Pour faire court, Martine ne nourrit pas sa tribu, elle la gave, son pire cauchemar est d’avoir une tablée à nourrir et rien à leur donner. À peine le dessert terminé elle parle du prochain repas, et sa phrase favorite est “tu en veux encore ?”

Elle n’a rien d’une boulimique (syndrome solitaire), elle se nourrit et veut nourrir tout le monde ! 

J’aime manger, j’aime les bons restos, mais le phénomène Martine est quand même une exception !

Nous voilà donc parties ce samedi matin pour Honfleur. Je vais prendre Martine à 9 h chez elle, elle me dit au téléphone :
- je ne te propose pas de café, sinon on va aller aux toilettes à peine parties, on s’arrêtera en route !

Quand elle monte dans la voiture, Martine me dit : j’ai préparé un petit en-cas ! Je me doute qu’elle ne nous laissera pas mourir de faim, ni de soif d’ailleurs ! Je suppose qu’elle veut pique niquer, plutôt que d’aller au resto comme prévu.
Soit, pas de problèmes pour moi !

Nous roulons, puis Martine me dit qu’elle n’a pas pris de petit déjeuner et me demande si je veux prendre un café.
OK, ça marche ! Nous nous arrêtons dans une station, il est 11 h. Martine prend un chocolat, je prends un café, et j’ajoute un croissant sur mon plateau. Martine me dit : c’est tout ? Elle ajoute un chausson aux pommes sur mon plateau. Soit, je sais qu’elle veut payer et que ça lui fait plaisir ! J’avais pourtant déjeuné normalement le matin !

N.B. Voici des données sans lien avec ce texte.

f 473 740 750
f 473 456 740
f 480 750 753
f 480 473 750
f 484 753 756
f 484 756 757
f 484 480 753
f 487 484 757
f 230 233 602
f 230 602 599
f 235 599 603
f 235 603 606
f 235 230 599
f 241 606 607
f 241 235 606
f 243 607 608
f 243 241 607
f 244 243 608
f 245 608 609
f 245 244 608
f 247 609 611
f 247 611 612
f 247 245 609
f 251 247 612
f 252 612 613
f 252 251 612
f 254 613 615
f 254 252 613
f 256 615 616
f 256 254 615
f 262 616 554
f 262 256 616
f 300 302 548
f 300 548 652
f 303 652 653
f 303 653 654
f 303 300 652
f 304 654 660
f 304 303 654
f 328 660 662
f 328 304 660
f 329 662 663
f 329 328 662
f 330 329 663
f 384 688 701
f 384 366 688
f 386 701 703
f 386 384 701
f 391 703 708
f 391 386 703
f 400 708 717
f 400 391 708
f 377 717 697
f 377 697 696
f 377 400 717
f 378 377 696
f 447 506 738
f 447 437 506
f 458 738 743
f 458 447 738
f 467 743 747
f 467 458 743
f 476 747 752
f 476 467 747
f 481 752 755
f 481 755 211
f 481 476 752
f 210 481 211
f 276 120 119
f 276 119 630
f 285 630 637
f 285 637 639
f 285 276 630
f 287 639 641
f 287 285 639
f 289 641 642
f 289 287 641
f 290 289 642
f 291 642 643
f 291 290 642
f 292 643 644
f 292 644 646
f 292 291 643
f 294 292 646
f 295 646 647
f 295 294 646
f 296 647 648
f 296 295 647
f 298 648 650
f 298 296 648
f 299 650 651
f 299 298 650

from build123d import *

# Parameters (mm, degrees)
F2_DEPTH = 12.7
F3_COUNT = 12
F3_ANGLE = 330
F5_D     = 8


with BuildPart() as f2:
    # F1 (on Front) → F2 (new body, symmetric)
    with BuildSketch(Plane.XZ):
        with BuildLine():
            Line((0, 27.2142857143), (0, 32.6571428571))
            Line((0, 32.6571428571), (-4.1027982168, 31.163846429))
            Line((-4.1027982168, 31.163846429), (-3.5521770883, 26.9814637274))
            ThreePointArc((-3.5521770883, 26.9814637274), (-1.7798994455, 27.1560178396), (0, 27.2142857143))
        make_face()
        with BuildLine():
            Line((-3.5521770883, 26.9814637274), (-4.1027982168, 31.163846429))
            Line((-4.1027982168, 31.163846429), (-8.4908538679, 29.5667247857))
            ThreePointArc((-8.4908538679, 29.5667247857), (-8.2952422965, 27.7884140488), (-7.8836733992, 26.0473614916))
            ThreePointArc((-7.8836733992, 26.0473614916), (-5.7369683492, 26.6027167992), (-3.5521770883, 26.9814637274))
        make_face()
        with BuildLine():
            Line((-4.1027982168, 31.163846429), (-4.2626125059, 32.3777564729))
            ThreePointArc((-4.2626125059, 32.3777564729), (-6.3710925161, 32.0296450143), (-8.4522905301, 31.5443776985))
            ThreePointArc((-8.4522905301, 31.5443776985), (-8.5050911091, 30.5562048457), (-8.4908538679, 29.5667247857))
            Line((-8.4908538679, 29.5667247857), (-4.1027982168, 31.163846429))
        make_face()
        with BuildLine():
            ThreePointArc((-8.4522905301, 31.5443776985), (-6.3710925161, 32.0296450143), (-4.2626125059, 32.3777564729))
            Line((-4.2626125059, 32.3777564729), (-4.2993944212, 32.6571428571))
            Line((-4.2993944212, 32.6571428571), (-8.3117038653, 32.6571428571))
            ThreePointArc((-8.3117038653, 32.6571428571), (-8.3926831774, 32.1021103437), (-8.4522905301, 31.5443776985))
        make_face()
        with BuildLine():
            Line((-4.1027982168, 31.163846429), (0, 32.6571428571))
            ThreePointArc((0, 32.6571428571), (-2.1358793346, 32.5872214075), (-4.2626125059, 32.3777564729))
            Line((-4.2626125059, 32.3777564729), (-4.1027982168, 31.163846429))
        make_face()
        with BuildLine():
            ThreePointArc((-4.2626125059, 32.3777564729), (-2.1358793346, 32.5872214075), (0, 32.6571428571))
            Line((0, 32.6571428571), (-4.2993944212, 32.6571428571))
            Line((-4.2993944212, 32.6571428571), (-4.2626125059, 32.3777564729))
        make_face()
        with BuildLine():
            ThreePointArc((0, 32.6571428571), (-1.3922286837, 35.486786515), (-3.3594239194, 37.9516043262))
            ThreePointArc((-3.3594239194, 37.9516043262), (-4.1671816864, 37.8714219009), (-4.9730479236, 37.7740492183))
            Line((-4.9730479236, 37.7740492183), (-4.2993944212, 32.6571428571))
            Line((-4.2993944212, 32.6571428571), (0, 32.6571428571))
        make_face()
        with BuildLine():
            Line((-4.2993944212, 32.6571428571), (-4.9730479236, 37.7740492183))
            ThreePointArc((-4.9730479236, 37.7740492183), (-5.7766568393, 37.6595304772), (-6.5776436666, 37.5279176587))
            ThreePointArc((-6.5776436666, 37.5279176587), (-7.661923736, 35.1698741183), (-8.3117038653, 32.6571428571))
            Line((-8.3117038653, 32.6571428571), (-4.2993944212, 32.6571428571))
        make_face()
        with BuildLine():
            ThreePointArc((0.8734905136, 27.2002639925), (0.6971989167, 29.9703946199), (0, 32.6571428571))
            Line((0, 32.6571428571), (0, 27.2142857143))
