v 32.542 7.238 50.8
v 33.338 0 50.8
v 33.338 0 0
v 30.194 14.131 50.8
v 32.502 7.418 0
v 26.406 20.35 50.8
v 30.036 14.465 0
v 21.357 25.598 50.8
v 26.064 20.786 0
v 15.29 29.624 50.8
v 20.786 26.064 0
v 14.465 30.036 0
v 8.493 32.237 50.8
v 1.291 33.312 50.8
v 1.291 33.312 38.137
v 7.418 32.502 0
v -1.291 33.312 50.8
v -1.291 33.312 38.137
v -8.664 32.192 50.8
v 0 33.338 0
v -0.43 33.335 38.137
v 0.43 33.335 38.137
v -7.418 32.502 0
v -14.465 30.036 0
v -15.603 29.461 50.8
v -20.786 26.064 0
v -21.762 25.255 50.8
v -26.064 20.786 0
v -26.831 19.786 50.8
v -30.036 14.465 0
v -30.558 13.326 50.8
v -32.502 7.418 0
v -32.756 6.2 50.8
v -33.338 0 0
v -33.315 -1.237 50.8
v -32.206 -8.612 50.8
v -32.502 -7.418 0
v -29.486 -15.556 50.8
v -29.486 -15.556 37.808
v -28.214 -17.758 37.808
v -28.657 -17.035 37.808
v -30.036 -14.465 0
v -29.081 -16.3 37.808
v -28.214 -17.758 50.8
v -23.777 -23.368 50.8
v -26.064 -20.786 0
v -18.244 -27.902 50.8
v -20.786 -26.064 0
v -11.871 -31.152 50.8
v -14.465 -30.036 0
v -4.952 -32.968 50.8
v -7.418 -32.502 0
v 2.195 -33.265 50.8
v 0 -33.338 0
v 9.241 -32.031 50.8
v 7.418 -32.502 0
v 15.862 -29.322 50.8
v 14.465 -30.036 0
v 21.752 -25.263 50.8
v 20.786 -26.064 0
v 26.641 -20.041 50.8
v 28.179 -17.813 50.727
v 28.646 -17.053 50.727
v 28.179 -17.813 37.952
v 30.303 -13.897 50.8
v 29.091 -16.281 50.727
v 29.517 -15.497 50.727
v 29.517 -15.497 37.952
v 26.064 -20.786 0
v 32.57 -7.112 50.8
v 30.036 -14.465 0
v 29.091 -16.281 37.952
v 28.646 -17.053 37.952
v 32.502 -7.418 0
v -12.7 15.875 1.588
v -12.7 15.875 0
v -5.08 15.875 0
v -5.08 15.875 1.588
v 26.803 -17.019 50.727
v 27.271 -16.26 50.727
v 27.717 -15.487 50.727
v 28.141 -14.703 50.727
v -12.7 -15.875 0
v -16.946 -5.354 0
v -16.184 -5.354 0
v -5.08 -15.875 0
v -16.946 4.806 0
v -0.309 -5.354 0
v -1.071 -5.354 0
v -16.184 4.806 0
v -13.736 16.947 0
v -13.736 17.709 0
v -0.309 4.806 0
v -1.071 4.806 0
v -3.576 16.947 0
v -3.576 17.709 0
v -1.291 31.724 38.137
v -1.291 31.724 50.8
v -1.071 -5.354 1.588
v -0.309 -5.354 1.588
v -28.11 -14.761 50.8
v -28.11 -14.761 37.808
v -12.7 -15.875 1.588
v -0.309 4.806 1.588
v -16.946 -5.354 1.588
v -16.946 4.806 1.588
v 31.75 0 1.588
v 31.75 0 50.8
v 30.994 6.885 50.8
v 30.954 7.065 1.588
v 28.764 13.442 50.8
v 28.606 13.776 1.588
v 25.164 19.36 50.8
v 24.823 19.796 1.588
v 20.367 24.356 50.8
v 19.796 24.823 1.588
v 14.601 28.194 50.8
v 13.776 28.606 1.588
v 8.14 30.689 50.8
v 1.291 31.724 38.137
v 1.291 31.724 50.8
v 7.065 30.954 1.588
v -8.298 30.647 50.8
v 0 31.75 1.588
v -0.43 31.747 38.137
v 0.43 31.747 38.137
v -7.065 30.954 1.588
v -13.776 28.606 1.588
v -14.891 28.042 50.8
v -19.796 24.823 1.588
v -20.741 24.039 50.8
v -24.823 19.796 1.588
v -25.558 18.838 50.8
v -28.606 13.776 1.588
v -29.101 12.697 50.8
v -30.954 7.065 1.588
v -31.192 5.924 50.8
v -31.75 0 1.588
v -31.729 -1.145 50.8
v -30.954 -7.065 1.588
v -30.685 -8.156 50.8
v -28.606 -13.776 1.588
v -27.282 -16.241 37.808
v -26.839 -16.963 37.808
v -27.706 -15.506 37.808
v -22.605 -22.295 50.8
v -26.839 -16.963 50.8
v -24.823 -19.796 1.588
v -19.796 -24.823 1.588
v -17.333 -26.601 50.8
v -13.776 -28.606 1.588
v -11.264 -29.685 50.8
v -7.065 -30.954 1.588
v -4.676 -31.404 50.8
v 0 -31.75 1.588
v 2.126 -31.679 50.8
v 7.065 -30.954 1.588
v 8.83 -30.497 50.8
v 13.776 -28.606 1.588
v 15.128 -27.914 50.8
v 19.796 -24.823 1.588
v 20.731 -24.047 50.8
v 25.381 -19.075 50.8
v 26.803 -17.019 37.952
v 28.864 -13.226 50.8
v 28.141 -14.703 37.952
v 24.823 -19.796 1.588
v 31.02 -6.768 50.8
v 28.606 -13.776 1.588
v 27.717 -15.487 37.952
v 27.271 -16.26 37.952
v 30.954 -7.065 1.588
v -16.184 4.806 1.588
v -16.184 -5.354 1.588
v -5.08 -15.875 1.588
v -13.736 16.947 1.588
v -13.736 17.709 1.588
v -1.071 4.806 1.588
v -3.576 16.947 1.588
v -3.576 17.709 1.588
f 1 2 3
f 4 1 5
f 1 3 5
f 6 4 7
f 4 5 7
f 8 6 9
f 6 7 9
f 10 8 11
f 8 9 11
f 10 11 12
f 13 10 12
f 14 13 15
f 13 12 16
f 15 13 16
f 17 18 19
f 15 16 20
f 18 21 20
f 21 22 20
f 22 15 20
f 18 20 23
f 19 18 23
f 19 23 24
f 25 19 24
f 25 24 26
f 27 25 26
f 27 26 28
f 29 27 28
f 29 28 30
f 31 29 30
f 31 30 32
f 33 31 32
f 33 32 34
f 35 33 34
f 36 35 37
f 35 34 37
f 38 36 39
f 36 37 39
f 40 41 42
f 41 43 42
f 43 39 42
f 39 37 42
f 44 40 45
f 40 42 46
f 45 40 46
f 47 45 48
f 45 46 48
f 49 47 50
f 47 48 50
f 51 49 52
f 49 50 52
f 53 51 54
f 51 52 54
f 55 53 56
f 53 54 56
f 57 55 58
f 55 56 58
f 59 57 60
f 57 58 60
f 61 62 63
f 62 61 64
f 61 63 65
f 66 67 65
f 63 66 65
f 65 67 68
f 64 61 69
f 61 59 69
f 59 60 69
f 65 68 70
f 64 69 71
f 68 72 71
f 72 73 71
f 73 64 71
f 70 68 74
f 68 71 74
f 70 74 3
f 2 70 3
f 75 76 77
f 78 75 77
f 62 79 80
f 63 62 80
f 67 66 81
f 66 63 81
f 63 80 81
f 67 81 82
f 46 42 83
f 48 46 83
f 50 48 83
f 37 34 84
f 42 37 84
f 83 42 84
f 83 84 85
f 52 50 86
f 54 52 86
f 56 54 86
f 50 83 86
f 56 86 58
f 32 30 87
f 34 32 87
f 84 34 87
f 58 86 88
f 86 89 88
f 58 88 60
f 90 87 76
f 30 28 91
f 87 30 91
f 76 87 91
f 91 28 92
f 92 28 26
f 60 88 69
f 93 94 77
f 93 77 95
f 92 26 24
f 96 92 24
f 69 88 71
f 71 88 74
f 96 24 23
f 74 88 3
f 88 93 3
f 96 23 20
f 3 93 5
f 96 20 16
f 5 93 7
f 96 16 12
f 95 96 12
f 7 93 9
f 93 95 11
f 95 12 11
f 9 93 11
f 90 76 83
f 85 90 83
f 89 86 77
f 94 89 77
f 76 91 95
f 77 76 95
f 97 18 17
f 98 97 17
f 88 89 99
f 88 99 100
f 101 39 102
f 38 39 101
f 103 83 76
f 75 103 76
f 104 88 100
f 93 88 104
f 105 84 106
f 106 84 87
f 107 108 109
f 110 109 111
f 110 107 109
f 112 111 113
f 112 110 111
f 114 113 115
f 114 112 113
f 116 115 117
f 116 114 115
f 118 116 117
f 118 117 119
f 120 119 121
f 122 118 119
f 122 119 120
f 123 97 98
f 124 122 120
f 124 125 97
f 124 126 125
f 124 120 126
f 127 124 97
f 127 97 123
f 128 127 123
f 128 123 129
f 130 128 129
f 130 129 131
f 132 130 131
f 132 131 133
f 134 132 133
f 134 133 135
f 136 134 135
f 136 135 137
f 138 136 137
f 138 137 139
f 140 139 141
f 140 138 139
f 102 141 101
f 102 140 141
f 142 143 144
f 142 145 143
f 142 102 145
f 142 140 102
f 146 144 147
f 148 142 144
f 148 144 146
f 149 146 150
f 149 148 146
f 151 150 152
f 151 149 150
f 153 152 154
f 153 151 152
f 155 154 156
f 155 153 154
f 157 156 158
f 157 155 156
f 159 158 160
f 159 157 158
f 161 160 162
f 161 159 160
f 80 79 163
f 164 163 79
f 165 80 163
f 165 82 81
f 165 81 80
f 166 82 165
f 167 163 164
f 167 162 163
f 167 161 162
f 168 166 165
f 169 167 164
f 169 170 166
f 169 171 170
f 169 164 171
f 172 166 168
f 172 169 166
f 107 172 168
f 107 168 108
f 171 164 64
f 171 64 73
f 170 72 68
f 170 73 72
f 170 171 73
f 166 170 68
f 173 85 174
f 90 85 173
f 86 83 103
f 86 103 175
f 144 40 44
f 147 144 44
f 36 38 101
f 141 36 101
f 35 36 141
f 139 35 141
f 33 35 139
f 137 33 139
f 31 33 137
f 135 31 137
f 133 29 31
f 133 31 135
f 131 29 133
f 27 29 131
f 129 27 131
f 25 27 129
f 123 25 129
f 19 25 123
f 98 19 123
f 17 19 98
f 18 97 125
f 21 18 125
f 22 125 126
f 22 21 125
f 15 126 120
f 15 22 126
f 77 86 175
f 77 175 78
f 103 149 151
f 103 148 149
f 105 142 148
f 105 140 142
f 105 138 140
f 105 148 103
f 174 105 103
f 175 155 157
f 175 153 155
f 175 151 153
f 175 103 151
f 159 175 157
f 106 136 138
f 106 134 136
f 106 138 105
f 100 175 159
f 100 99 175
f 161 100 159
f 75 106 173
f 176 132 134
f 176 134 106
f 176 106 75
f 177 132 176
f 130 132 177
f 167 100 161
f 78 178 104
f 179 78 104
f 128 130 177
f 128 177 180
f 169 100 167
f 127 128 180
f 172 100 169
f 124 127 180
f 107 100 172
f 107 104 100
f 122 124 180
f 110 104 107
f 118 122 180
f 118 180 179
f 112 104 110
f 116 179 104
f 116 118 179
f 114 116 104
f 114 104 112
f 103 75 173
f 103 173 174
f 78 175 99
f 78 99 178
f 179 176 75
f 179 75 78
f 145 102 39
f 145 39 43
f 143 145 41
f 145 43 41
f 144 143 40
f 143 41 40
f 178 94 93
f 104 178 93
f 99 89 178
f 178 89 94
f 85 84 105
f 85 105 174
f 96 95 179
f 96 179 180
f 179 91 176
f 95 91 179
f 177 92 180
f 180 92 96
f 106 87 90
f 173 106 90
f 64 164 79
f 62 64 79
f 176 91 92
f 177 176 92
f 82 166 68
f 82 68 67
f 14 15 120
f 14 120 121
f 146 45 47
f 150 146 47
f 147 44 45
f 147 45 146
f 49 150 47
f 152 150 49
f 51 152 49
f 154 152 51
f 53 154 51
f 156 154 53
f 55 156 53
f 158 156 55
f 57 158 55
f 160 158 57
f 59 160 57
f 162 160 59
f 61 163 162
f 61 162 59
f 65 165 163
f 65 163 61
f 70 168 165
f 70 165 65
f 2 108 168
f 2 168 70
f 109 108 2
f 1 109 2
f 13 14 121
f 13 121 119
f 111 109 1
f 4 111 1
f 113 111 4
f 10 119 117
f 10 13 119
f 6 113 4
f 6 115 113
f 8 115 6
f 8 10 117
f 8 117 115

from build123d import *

# Parameters (mm, degrees)
F0_R           = 33.3375
F1_DEPTH       = 50.8
F2_T           = -1.5875
F6_W           = 2.5429241359
F6_H           = 13.1887868047
F7_DEPTH       = 12.7
F10_W          = 2.6744855568
F10_H          = 12.775093317
F11_DEPTH      = 2.794
F11_DEPTH_BACK = 2.413
F13_W          = 2.5820170995
F13_H          = 12.7615630627
F14_DEPTH      = 5.0546
F14_DEPTH_BACK = 4.7244
F15_W          = 7.62
F15_H          = 31.75
F15_W_2        = 0.7620003967
F15_H_2        = 10.16
F15_W_3        = 0.762
F15_W_4        = 10.16
F15_H_3        = 0.762
F16_DEPTH      = 9.906


with BuildPart() as f1:
    # F0 (on Top) → F1 (new body)
    with BuildSketch(Plane.XY):
        Circle(F0_R)
    extrude(amount=F1_DEPTH)

    # F2
    f2_openings = [f1.faces().sort_by_distance(p)[0] for p in [
        (0, 0, 50.8),
    ]]
    offset(amount=F2_T, openings=f2_openings)

    # F6 (on offset) → F7 (cut)
    with BuildSketch(Plane(origin=(-28.8711218987, -16.66875, 0), x_dir=(0.5, -0.8660254038, 0), z_dir=(-0.8660254038, -0.5, 0))):
        with Locations((0, 44.4019660354)):
            Rectangle(F6_W, F6_H)
    extrude(amount=-F7_DEPTH, mode=Mode.SUBTRACT)

    # F10 (on offset) → F11 (cut, two sides)
    with BuildSketch(Plane(origin=(28.8161292855, -16.637, 0), x_dir=(0.5, 0.8660254038, 0), z_dir=(0.8660254038, -0.5, 0))) as f11_sk:
        with Locations((0, 44.3391613662)):
            Rectangle(F10_W, F10_H)
    extrude(amount=-F11_DEPTH, mode=Mode.SUBTRACT)
    extrude(f11_sk.sketch, amount=F11_DEPTH_BACK, mode=Mode.SUBTRACT)

    # F13 (on offset) → F14 (cut, two sides)
    with BuildSketch(Plane.XZ.offset(-33.81375)) as f14_sk:
        with Locations((0, 44.5175170898)):
            Rectangle(F13_W, F13_H)
    extrude(amount=-F14_DEPTH, mode=Mode.SUBTRACT)
    extrude(f14_sk.sketch, amount=F14_DEPTH_BACK, mode=Mode.SUBTRACT)

    # F15 (on Top) → F16 (cut)
    with BuildSketch(Plane.XY):
        with Locations((-8.89, 0)):
            Rectangle(F15_W, F15_H)
        with Locations((-0.6896582572, -0.2738600914)):
            Rectangle(F15_W_2, F15_H_2)
        with Locations((-16.5646602053, -0.2738598244)):
            Rectangle(F15_W_3, F15_H_2)
        with Locations((-8.6557281865, 17.3283369606)):
            Rectangle(F15_W_4, F15_H_3)
    extrude(amount=F16_DEPTH, mode=Mode.SUBTRACT)


solid = f1.part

Tandis que nous nous goinfrons grignotons, je demande à Martine ce qu’elle veut faire ce midi, je la connais elle ne va pas attendre 13 h 30 pour avoir faim, et il est déjà 11h, rien que de penser au repas, je n’ai pas faim ! 

- Tu veux pique niquer ?

- Non, on ira dans un petit resto !

Dans ce cas je me demande à quoi va servir l’en-cas, vu que nous nous sommes pas parties pour faire 700 km, mais bon, je profite quand même des bouteilles d’eau en conduisant ! 

Martine me parle comme d’habitude de ses souvenirs, de mon père… Je soupire intérieurement, elle ne fera jamais le deuil, et plus les années passent, plus je me demande si elle n’inventent pas des souvenirs, si mon père a vraiment dit et fait tout ça…
Parce que pratiquement tout ce qu’il a dit et fait, je l’ai vécu, et en plus, entendu dire par Martine au moins cent fois !

Nous arrivons à Honfleur, c’est jour de marché. Très vite, je regrette de ne m’être pas garée tout de suite ! 

- Zut ! J’aurais du me garer à l’entrée !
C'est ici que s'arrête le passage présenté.